Companies that had content stored in those sets of servers, located in Northern Virginia, essentially stopped functioning properly, prompting experts to recommend that companies look at storing data across multiple data centers to increase reliability. The failure rippled across Amazon’s other services, many of which depend upon S3, leading to “increased error rates” for sites that rely on AWS, and making engineers’ efforts at recovery that much more difficult. Even the webpage Amazon uses to alert customers to outages was affected.
On a different end of the spectrum, other services intended to provide reliability in the event of an outage or an attack have been experiencing their own issues. Cloudflare, which provides security and hosting services for thousands of websites, revealed last week that it had discovered a security bug that could leak passwords from the sites of its customers, including companies like Betterment, Medium, Uber, and OkCupid. Thousands of companies were forced to ask their customers to change their passwords and make an assessment as to the potential security impact this would have on their overall infrastructure.
While those issues may only be fixed by the owners of the respective sites, the problem of centralization is slowly creeping into the realm of the millions of people who rely upon these services. People using Google Wifi and Google Chromecast found themselves forced to reinstall their systems last week as a bug wiped out centralized configuration files for many of those devices, forcing them offline for a period of time.

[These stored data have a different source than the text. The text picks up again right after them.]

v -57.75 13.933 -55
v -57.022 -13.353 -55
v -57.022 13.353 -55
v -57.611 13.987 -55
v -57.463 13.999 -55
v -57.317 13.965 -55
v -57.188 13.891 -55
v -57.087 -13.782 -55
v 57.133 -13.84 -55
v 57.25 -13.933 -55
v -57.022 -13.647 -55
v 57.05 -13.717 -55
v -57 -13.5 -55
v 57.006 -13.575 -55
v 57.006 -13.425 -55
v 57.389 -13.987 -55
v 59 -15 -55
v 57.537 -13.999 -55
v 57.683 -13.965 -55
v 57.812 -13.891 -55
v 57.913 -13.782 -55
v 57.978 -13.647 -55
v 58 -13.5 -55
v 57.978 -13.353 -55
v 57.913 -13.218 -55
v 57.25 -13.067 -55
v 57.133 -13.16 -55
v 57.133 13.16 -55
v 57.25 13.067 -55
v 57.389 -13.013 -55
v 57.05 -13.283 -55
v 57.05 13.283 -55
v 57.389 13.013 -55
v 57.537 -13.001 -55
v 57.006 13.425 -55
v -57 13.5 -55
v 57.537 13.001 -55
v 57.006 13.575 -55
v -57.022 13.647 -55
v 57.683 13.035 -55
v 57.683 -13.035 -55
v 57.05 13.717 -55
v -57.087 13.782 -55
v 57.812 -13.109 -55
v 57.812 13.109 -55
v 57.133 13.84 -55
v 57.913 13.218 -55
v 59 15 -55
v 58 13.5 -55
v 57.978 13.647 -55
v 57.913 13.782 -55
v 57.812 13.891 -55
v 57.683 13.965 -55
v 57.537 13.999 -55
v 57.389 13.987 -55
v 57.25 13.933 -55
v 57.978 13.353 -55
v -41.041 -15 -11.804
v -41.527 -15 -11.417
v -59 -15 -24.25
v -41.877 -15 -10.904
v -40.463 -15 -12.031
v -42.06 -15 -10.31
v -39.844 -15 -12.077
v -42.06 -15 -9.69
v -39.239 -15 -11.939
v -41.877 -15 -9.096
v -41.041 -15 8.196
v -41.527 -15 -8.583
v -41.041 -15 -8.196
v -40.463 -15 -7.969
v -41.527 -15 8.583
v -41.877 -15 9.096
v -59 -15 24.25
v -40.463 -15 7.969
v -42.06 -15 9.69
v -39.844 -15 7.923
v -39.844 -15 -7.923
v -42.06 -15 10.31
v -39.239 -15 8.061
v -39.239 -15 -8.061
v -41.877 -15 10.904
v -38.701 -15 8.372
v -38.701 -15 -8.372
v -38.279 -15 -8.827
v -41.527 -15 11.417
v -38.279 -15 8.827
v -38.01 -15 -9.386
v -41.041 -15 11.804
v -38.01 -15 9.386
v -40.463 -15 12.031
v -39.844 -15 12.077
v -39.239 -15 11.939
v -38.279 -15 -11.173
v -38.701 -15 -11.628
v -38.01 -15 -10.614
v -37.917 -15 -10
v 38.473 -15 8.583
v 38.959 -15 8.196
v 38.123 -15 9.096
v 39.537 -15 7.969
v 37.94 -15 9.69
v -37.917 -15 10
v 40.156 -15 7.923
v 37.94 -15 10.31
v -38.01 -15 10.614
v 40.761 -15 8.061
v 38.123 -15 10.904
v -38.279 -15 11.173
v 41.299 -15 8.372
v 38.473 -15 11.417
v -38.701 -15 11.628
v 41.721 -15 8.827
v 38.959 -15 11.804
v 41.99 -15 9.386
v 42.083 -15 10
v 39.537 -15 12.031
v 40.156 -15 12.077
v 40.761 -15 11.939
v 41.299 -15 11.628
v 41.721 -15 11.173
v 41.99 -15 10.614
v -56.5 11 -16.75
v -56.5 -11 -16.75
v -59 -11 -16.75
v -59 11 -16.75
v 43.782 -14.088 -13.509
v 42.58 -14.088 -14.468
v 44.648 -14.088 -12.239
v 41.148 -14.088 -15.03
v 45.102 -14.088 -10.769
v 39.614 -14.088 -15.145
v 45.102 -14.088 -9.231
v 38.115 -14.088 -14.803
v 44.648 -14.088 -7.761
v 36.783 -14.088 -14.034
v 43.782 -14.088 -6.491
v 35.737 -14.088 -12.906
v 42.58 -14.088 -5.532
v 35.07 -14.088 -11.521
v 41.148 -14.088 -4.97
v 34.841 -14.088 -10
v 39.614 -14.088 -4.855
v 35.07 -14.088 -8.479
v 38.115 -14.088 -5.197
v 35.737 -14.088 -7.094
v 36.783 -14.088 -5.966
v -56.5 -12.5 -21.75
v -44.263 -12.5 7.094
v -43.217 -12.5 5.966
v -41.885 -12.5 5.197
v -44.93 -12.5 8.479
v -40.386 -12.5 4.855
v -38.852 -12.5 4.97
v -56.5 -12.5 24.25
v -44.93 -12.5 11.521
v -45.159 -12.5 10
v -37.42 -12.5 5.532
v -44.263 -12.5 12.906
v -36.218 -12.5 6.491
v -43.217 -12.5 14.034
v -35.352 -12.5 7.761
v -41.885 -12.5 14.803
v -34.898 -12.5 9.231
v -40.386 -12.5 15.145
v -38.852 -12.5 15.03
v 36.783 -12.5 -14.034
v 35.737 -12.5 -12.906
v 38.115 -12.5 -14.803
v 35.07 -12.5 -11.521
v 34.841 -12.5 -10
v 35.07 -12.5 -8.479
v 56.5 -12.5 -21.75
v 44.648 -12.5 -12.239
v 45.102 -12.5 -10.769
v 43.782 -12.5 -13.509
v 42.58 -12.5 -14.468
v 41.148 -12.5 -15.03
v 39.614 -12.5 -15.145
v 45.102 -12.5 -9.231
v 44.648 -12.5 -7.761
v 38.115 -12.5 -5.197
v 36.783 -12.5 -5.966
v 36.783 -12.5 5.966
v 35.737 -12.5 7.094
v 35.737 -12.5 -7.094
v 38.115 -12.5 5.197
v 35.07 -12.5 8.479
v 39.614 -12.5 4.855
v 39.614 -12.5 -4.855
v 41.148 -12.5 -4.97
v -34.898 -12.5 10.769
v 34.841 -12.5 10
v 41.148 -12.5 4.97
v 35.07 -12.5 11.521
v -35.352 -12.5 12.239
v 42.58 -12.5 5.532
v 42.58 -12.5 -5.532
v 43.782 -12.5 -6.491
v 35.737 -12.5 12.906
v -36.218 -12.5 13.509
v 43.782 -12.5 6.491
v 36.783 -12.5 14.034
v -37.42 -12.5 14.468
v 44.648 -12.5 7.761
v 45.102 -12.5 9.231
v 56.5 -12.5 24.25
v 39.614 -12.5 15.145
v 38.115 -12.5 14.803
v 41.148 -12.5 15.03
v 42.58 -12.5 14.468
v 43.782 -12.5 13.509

As more people and more devices get connected to the internet, the lure of centralizing control—which makes it easier for companies to manage them—is bumping its head against the initial design of the internet: to drive reliability and scalability. With every new largely centralized system that comes online, the internet becomes more brittle, as centralization creates an increased number of single points of failure. In a world where hackers are looking for new ways to take down infrastructures, those centralized services must double down on increasing security and reliability if we want the internet to survive.